From a personal perspective, Finley is entering his final season under contract. With a resume filled with inconsistent play, a big season would lead to a long-term contract and a big payday.

From a team perspective, the Packers have a huge void in the passing game without Donald Driver and Greg Jennings' combined 1,168 receptions and 114 touchdown receptions. Perhaps Jarrett Boykin — who receivers coach Edgar Bennett raved about on Tuesday — or one of the other young receivers takes a big step forward. That's a big "perhaps," though, and Aaron Rodgers' only proven playmakers are Finley and the "Big Three" receiving corps of James Jones, Jordy Nelson and Randall Cobb.

"If I do what I'm supposed to do, everything else will take care of itself," Finley said.

Added tight ends coach Jerry Fontenot: "I don't speculate as far as volume and opportunities we're going to get. I preach about us maximizing the opportunities we're going to get. Whenever those opportunities come, we need to make the most of them. Everything that happens outside of the room is out of our control. We can only control what happens in our room."

It was Fontenot who played such a crucial role in Finley's second-half revival last season. With Fontenot turning mundane drill work into games and spending extra time on the side during special teams periods, Finley finally started catching the ball consistently and making plays with the ball. In the first nine games, according to, he caught 29-of-45 targeted passes for 271 yards, averaged 3.4 yards after the catch per reception, and had seven drops. In the final seven games, he caught 32-of-40 passes for 396 yards, averaged 6.2 yards after the catch per reception, and cut his drops to two.

"To me, the biggest statistical difference was he didn't have the number of drops or percentage of drops that he did the first half of the season," Fontenot said. "He started having confidence catching the ball, and once he gets his hands on the ball, he's always been a threat. Our main focus going into last season was eliminate needless drops, if you will, and I feel we kind of got him through that."

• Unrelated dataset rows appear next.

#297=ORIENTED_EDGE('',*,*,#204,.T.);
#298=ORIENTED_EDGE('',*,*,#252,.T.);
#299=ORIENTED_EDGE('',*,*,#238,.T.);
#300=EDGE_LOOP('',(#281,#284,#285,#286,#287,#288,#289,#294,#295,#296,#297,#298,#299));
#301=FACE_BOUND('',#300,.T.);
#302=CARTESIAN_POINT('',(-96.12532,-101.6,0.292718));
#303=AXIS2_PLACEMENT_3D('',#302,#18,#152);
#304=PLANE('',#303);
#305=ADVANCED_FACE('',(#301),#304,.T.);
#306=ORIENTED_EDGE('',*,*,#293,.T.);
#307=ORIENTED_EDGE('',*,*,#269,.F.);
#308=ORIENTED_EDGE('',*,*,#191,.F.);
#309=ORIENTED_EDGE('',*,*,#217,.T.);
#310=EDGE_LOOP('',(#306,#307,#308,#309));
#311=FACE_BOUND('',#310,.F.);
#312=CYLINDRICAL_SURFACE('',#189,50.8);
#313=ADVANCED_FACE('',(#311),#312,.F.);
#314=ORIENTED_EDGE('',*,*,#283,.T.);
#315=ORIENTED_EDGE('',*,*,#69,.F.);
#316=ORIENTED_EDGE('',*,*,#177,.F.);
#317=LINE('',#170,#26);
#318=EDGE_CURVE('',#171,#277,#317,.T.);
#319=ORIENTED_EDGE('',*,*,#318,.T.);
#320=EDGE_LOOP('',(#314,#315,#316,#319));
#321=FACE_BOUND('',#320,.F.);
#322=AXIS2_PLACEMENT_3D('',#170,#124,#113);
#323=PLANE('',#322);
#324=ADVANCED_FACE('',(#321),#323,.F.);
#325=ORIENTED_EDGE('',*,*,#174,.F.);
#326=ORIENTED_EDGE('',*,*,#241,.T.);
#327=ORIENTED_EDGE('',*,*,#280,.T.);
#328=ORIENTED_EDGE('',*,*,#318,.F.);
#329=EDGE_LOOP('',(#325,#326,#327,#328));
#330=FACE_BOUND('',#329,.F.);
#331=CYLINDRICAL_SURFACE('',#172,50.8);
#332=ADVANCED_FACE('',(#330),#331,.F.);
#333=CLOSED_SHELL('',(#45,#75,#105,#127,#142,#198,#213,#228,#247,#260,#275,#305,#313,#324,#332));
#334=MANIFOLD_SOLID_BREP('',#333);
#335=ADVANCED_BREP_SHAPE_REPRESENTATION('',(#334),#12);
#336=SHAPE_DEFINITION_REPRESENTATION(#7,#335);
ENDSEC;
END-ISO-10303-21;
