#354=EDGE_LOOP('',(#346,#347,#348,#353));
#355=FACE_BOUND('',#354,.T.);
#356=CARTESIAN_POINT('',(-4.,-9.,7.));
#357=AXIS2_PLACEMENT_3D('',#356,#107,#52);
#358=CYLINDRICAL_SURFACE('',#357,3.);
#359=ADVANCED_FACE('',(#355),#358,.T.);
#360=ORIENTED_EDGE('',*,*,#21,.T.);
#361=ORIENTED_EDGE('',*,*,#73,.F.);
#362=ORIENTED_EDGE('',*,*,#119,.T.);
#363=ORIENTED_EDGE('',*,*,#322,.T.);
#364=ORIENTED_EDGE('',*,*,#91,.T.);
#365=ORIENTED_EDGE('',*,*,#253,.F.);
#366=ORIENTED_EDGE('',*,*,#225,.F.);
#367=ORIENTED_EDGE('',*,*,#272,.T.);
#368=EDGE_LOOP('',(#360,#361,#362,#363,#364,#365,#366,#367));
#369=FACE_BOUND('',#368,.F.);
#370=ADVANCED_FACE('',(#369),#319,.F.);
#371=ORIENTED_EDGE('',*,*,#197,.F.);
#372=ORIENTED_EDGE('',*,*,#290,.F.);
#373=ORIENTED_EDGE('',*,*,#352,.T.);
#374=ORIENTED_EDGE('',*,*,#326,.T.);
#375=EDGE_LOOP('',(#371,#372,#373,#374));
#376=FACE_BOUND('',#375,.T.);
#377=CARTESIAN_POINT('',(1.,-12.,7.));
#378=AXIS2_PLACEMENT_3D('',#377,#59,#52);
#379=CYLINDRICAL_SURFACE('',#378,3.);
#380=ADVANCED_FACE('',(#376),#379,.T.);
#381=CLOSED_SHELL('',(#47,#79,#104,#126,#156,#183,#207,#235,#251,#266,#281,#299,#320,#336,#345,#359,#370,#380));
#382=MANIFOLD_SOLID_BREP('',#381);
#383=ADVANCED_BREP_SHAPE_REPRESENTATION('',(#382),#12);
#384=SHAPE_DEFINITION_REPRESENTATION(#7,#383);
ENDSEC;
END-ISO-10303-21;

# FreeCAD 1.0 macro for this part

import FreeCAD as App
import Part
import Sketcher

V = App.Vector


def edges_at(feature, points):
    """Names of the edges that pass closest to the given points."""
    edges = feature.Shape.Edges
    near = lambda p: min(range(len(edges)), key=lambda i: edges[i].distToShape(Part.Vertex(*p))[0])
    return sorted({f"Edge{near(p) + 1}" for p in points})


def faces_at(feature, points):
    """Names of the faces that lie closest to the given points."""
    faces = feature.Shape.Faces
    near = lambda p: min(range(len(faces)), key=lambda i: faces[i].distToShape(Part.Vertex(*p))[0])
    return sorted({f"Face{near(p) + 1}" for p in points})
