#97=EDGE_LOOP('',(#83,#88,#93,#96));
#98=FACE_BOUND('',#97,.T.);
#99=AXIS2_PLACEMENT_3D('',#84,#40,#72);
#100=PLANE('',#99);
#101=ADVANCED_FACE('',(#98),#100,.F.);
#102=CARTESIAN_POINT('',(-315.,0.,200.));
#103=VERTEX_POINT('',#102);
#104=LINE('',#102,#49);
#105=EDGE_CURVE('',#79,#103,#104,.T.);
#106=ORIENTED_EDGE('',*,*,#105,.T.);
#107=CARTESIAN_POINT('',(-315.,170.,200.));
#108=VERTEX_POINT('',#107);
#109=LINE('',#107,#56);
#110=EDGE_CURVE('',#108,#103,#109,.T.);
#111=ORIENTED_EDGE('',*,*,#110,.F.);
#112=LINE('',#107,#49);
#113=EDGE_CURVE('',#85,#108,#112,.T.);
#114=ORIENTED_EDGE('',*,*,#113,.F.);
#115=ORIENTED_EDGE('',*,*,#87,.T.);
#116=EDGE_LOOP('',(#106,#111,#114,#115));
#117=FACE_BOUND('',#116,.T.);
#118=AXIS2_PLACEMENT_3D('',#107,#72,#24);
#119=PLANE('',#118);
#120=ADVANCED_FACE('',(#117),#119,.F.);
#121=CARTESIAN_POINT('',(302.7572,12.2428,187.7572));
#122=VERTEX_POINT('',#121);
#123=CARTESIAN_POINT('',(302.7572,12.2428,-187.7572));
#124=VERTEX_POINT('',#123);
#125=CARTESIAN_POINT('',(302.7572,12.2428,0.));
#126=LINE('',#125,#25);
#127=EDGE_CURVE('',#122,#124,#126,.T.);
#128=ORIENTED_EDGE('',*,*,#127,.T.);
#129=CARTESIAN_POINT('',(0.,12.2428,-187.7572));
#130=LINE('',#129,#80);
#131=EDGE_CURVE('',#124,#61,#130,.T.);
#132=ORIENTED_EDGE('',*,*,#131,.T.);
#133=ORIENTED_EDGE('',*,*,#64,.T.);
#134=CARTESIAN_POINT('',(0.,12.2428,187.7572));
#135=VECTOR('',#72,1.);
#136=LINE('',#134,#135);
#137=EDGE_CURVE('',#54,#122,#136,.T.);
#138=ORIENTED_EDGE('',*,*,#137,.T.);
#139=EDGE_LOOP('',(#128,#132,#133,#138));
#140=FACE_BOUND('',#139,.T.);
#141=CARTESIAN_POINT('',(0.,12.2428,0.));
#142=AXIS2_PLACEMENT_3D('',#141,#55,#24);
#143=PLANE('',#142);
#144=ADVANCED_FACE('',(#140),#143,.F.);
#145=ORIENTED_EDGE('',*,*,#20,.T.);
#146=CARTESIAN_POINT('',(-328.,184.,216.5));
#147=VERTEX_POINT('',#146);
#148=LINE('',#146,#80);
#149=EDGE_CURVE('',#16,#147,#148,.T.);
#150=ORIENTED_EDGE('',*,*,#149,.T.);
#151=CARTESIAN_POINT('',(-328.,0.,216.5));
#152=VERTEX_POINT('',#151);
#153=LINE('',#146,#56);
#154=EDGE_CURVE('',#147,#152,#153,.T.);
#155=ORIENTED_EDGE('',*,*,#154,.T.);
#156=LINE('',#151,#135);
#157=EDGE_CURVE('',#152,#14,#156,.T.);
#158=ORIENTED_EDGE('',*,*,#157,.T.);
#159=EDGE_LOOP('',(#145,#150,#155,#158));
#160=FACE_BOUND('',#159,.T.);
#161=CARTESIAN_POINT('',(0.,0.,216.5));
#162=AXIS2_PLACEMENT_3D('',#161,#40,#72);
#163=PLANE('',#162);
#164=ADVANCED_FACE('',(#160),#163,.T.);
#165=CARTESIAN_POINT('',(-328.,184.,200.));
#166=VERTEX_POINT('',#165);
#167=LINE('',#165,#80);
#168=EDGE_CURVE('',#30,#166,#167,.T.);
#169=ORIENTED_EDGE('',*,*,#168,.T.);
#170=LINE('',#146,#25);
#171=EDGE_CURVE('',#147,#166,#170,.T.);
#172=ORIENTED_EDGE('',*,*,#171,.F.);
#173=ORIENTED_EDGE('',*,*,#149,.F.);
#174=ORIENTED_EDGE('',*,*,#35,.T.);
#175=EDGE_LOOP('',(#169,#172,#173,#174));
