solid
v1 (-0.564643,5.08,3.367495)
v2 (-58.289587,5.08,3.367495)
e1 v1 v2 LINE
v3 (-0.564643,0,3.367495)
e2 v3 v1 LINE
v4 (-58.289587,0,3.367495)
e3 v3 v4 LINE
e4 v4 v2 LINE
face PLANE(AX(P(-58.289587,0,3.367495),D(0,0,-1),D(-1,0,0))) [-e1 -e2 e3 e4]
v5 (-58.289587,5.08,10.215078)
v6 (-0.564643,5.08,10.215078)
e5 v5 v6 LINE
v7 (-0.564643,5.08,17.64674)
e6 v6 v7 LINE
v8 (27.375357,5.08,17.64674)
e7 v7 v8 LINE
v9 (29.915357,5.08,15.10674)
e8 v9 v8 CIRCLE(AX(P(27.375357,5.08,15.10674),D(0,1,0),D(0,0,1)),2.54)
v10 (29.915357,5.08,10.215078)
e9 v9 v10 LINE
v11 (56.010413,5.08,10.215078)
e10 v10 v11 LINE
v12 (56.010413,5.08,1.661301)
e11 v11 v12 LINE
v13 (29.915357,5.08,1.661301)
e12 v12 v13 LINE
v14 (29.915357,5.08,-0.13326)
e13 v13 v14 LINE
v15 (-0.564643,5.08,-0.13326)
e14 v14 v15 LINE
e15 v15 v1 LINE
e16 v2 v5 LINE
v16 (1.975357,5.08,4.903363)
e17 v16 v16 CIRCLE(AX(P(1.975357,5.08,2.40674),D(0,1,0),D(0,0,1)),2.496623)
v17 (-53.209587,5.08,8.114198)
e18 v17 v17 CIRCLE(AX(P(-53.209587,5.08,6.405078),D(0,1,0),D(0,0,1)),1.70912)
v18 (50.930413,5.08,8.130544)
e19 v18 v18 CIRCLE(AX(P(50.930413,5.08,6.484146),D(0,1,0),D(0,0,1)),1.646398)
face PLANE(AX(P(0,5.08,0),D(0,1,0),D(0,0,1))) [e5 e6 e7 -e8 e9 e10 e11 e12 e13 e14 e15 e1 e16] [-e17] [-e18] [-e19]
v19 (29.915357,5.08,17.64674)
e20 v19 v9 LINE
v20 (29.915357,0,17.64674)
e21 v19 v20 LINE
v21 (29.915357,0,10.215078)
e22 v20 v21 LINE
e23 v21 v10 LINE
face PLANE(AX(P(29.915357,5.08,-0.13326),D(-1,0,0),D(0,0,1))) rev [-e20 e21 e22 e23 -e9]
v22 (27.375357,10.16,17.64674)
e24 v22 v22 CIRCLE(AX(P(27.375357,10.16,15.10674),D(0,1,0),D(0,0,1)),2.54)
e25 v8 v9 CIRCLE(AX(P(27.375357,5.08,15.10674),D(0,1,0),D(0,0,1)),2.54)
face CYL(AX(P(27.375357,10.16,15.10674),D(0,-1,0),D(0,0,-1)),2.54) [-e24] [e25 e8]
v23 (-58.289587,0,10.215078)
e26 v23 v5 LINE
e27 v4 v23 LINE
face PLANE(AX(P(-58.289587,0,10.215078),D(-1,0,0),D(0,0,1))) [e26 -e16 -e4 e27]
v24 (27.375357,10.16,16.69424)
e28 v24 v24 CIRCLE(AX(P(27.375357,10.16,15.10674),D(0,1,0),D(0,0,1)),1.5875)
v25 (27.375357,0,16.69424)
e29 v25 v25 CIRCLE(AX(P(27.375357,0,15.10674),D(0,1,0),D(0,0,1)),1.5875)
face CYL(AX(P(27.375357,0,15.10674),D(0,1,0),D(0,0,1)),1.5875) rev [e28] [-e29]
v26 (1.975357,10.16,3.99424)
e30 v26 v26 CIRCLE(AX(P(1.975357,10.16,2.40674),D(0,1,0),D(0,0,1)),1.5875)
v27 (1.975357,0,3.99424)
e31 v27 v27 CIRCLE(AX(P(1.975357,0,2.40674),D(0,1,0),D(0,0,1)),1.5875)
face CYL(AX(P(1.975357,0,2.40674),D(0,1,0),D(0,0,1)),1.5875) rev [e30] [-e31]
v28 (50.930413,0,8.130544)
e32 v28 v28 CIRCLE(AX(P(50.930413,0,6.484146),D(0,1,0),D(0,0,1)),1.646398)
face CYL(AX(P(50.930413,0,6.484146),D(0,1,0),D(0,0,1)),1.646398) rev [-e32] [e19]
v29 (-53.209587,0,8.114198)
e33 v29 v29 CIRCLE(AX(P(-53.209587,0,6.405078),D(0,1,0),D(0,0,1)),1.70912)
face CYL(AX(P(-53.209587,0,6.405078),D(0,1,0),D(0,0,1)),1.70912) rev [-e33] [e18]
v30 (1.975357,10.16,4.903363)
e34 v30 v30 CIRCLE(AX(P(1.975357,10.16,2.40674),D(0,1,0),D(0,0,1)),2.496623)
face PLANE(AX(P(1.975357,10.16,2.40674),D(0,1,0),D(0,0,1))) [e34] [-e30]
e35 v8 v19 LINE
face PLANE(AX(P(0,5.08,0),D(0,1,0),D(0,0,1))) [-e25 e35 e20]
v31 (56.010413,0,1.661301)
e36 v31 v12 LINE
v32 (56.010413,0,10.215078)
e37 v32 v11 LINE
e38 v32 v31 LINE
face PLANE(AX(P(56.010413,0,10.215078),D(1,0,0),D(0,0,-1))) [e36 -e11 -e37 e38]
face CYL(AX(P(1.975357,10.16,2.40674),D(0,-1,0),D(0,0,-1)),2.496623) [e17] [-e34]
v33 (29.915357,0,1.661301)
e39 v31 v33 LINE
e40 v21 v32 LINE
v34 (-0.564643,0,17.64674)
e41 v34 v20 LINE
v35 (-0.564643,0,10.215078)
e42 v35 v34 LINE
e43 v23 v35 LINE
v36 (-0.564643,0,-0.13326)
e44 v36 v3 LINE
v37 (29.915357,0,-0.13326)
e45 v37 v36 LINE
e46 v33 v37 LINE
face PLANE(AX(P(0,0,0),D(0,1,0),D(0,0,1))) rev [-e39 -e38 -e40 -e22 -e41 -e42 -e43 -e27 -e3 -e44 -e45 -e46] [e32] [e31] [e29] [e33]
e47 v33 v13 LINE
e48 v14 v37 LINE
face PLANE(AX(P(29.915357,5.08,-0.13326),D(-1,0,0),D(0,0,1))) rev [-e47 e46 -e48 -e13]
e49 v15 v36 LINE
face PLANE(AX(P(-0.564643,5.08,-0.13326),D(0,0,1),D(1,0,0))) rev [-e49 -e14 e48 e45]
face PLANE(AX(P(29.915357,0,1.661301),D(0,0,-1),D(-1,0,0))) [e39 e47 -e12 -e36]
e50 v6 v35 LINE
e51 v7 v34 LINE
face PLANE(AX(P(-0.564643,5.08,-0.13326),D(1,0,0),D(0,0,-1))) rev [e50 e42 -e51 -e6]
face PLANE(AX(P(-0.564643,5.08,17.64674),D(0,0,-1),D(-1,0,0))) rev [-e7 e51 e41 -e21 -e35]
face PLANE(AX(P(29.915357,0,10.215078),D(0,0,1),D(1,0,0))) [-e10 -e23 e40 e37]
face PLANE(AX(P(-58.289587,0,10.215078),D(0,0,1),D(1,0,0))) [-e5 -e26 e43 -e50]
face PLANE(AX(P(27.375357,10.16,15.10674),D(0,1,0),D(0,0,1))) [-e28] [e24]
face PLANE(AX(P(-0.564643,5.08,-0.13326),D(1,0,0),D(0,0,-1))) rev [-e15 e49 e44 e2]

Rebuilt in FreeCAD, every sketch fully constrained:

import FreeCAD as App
import Part
import Sketcher
Q = App.Units.Quantity


def add_polygon(sketch, points):
    """Adds a closed chain of lines whose ends are joined by coincident constraints."""
    first, n = sketch.GeometryCount, len(points)
    for a, b in zip(points, points[1:] + points[:1]):
        sketch.addGeometry(Part.LineSegment(App.Vector(*a, 0), App.Vector(*b, 0)), False)
    for i in range(n):
        sketch.addConstraint(Sketcher.Constraint("Coincident", first + i, 2, first + (i + 1) % n, 1))

doc = App.newDocument("Part")
params = doc.addObject("Spreadsheet::Sheet", "Params")
for row, (alias, value) in enumerate([
    ("sketch1_width", "1.2 in"),
    ("sketch1_height", "0.7 in"),
    ("pad1_length", "0.2 in"),
    ("sketch2_diameter", "0.125 in"),
    ("sketch3_diameter", "0.2 in"),
    ("sketch3_diameter2", "0.125 in"),
    ("pad2_length", "0.2 in"),
    ("pad3_length", "0.2 in"),
    ("pad4_length", "0.2 in"),
], start=1):
    params.set(f"A{row}", alias)
    params.set(f"B{row}", "=" + value)
    params.setAlias(f"B{row}", alias)

body = doc.addObject("PartDesign::Body", "Body")

# Sketch on XZ plane
sketch1 = doc.addObject("Sketcher::SketchObject", "Sketch")
body.addObject(sketch1)
sketch1.AttachmentSupport = (doc.XZ_Plane, [""])
sketch1.MapMode = "FlatFace"
add_polygon(sketch1, [(-1, 0), (-1, 18), (30, 18), (30, 0)])  # lines 0-3
sketch1.addConstraint([
    Sketcher.Constraint("Vertical", 0),
    Sketcher.Constraint("Horizontal", 1),
    Sketcher.Constraint("Vertical", 2),
    Sketcher.Constraint("Horizontal", 3),
    Sketcher.Constraint("DistanceX", 1, 1, 1, 2, Q("1.2 in")),
    Sketcher.Constraint("DistanceY", 0, 1, 0, 2, Q("0.7 in")),
    Sketcher.Constraint("DistanceY", -1, 1, 0, 2, 17.64674),
    Sketcher.Constraint("DistanceX", 0, 2, -1, 1, 0.564643),
])
sketch1.setExpression("Constraints[8]", "Params.sketch1_width")
sketch1.setExpression("Constraints[9]", "Params.sketch1_height")
pad1 = doc.addObject("PartDesign::Pad", "Pad")
body.addObject(pad1)
pad1.Profile = sketch1
pad1.setExpression("Length", "Params.pad1_length")
pad1.Reversed = True

# Sketch on XZ plane
sketch2 = doc.addObject("Sketcher::SketchObject", "Sketch001")
body.addObject(sketch2)
sketch2.AttachmentSupport = (doc.XZ_Plane, [""])
sketch2.MapMode = "FlatFace"
sketch2.AttachmentOffset = App.Placement(App.Vector(0, 0, -0.2 * 25.4), App.Rotation())
sketch2.addGeometry([
    Part.Circle(App.Vector(2, 2.4, 0), App.Vector(0, 0, 1), 1.6),
    Part.Circle(App.Vector(27.4, 15.1, 0), App.Vector(0, 0, 1), 1.6),
], False)
sketch2.addConstraint([
    Sketcher.Constraint("Equal", 0, 1),
    Sketcher.Constraint("Diameter", 0, Q("0.125 in")),
    Sketcher.Constraint("DistanceX", 0, 3, 1, 3, Q("1 in")),
    Sketcher.Constraint("DistanceY", 0, 3, 1, 3, Q("0.5 in")),
    Sketcher.Constraint("DistanceY", -1, 1, 0, 3, 2.40674),
    Sketcher.Constraint("DistanceX", -1, 1, 0, 3, 1.975357),
])
sketch2.setExpression("Constraints[1]", "Params.sketch2_diameter")
pocket1 = doc.addObject("PartDesign::Pocket", "Pocket")
body.addObject(pocket1)
pocket1.Profile = sketch2
pocket1.Type = "ThroughAll"
pocket1.Reversed = True

# Sketch on XZ plane
sketch3 = doc.addObject("Sketcher::SketchObject", "Sketch002")
body.addObject(sketch3)
sketch3.AttachmentSupport = (doc.XZ_Plane, [""])
sketch3.MapMode = "FlatFace"
sketch3.AttachmentOffset = App.Placement(App.Vector(0, 0, -0.4 * 25.4), App.Rotation())
sketch3.addGeometry([
    Part.Circle(App.Vector(2, 2.4, 0), App.Vector(0, 0, 1), 2.5),
    Part.Circle(App.Vector(2, 2.4, 0), App.Vector(0, 0, 1), 1.6),
    Part.Circle(App.Vector(27.4, 15.1, 0), App.Vector(0, 0, 1), 2.5),
    Part.Circle(App.Vector(27.4, 15.1, 0), App.Vector(0, 0, 1), 1.6),
], False)
sketch3.addConstraint([
    Sketcher.Constraint("Coincident", 1, 3, 0, 3),
    Sketcher.Constraint("Coincident", 3, 3, 2, 3),
    Sketcher.Constraint("Equal", 1, 3),
    Sketcher.Constraint("Diameter", 2, Q("0.2 in")),
    Sketcher.Constraint("Diameter", 1, Q("0.125 in")),
    Sketcher.Constraint("DistanceX", 0, 3, 2, 3, Q("1 in")),
    Sketcher.Constraint("DistanceY", 0, 3, 2, 3, Q("0.5 in")),
    Sketcher.Constraint("Diameter", 0, 4.993246),
    Sketcher.Constraint("DistanceY", -1, 1, 0, 3, 2.40674),
    Sketcher.Constraint("DistanceX", -1, 1, 0, 3, 1.975357),
])
sketch3.setExpression("Constraints[3]", "Params.sketch3_diameter")
sketch3.setExpression("Constraints[4]", "Params.sketch3_diameter2")
pad2 = doc.addObject("PartDesign::Pad", "Pad001")
body.addObject(pad2)
pad2.Profile = sketch3
pad2.setExpression("Length", "Params.pad2_length")

# Sketch on XZ plane
sketch4 = doc.addObject("Sketcher::SketchObject", "Sketch003")
body.addObject(sketch4)
sketch4.AttachmentSupport = (doc.XZ_Plane, [""])
sketch4.MapMode = "FlatFace"
sketch4.AttachmentOffset = App.Placement(App.Vector(0, 0, -0.2 * 25.4), App.Rotation())
add_polygon(sketch4, [(29.9, 1.7), (29.9, 10.2), (56, 10.2), (56, 1.7)])  # lines 0-3
sketch4.addGeometry(Part.Circle(App.Vector(50.9, 6.5, 0), App.Vector(0, 0, 1), 1.6), False)  # 4
sketch4.addConstraint([
    Sketcher.Constraint("Vertical", 0),
    Sketcher.Constraint("Horizontal", 1),
    Sketcher.Constraint("Vertical", 2),
    Sketcher.Constraint("Horizontal", 3),
    Sketcher.Constraint("DistanceX", 4, 3, 1, 2, Q("0.2 in")),
    Sketcher.Constraint("Diameter", 4, 3.292797),
    Sketcher.Constraint("DistanceY", -1, 1, 2, 2, 1.661301),
    Sketcher.Constraint("DistanceX", 1, 1, 1, 2, 26.095056),
    Sketcher.Constraint("DistanceY", 0, 1, 0, 2, 8.553777),
    Sketcher.Constraint("DistanceX", -1, 1, 4, 3, 50.930413),
    Sketcher.Constraint("DistanceY", -1, 1, 4, 3, 6.484146),
])
pad3 = doc.addObject("PartDesign::Pad", "Pad002")
body.addObject(pad3)
pad3.Profile = sketch4
pad3.setExpression("Length", "Params.pad3_length")

# Sketch on XZ plane
sketch5 = doc.addObject("Sketcher::SketchObject", "Sketch004")
body.addObject(sketch5)
sketch5.AttachmentSupport = (doc.XZ_Plane, [""])
sketch5.MapMode = "FlatFace"
sketch5.AttachmentOffset = App.Placement(App.Vector(0, 0, -0.2 * 25.4), App.Rotation())
add_polygon(sketch5, [(-58.3, 3.4), (-58.3, 10.2), (-0.3, 10.2), (-0.3, 3.4)])  # lines 0-3
sketch5.addGeometry(Part.Circle(App.Vector(-53.2, 6.4, 0), App.Vector(0, 0, 1), 1.7), False)  # 4
sketch5.addConstraint([
    Sketcher.Constraint("Vertical", 0),
    Sketcher.Constraint("Horizontal", 1),
    Sketcher.Constraint("Vertical", 2),
    Sketcher.Constraint("Horizontal", 3),
    Sketcher.Constraint("DistanceX", 0, 2, 4, 3, Q("0.2 in")),
    Sketcher.Constraint("DistanceY", 4, 3, 0, 2, Q("0.15 in")),
    Sketcher.Constraint("Diameter", 4, 3.418239),
    Sketcher.Constraint("DistanceX", 1, 1, 1, 2, 57.960584),
    Sketcher.Constraint("DistanceY", 0, 1, 0, 2, 6.847583),
    Sketcher.Constraint("DistanceY", -1, 1, 4, 3, 6.405078),
    Sketcher.Constraint("DistanceX", 4, 3, -1, 1, 53.209587),
])
pad4 = doc.addObject("PartDesign::Pad", "Pad003")
body.addObject(pad4)
pad4.Profile = sketch5
pad4.setExpression("Length", "Params.pad4_length")

doc.recompute()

Finley, who generally is one of the most talkative players in the locker room, wouldn't say how much he weighs or talk in depth about his weight, other than saying that he looked back at how he played in 2009 (when he had a dominant second half of the season) and 2010 (when he had a dominant start to the season before a season-ending knee injury).

"I think last season, he was a little bit lighter than I would have liked to see him," Fontenot said. "We kind of went back over some tape of when he was heavier and showed it to him, and kept reiterating some of the things he used to do when he had a little more strength on him and a little more muscle. With everything, you just try to be very careful. It's fine-tuning. It's not making drastic changes. Certainly with a guy like him who's so athletic, so much upside you don't want to inhibit him by giving him too much (weight), having him take it overboard."

There's been another change in Finley, too, and that's his on-field approach. Always one of the more energetic and lively players on the practice field, Finley's stepped up in that regard, too. After a drill, Finley on his own dropped and started doing push-ups. During "routes on air," a passing-game drill without any defenders, Finley routinely caught the ball and ran 40 or 50 yards to the end zone.

"You know, man, the way you practice is the way you play," he said. "That's what I'm (thinking) right now. I'm practicing physical and hopefully I can carry it on to Sunday. It's minicamp right now and I'm just trying to step my game up. That's all it is."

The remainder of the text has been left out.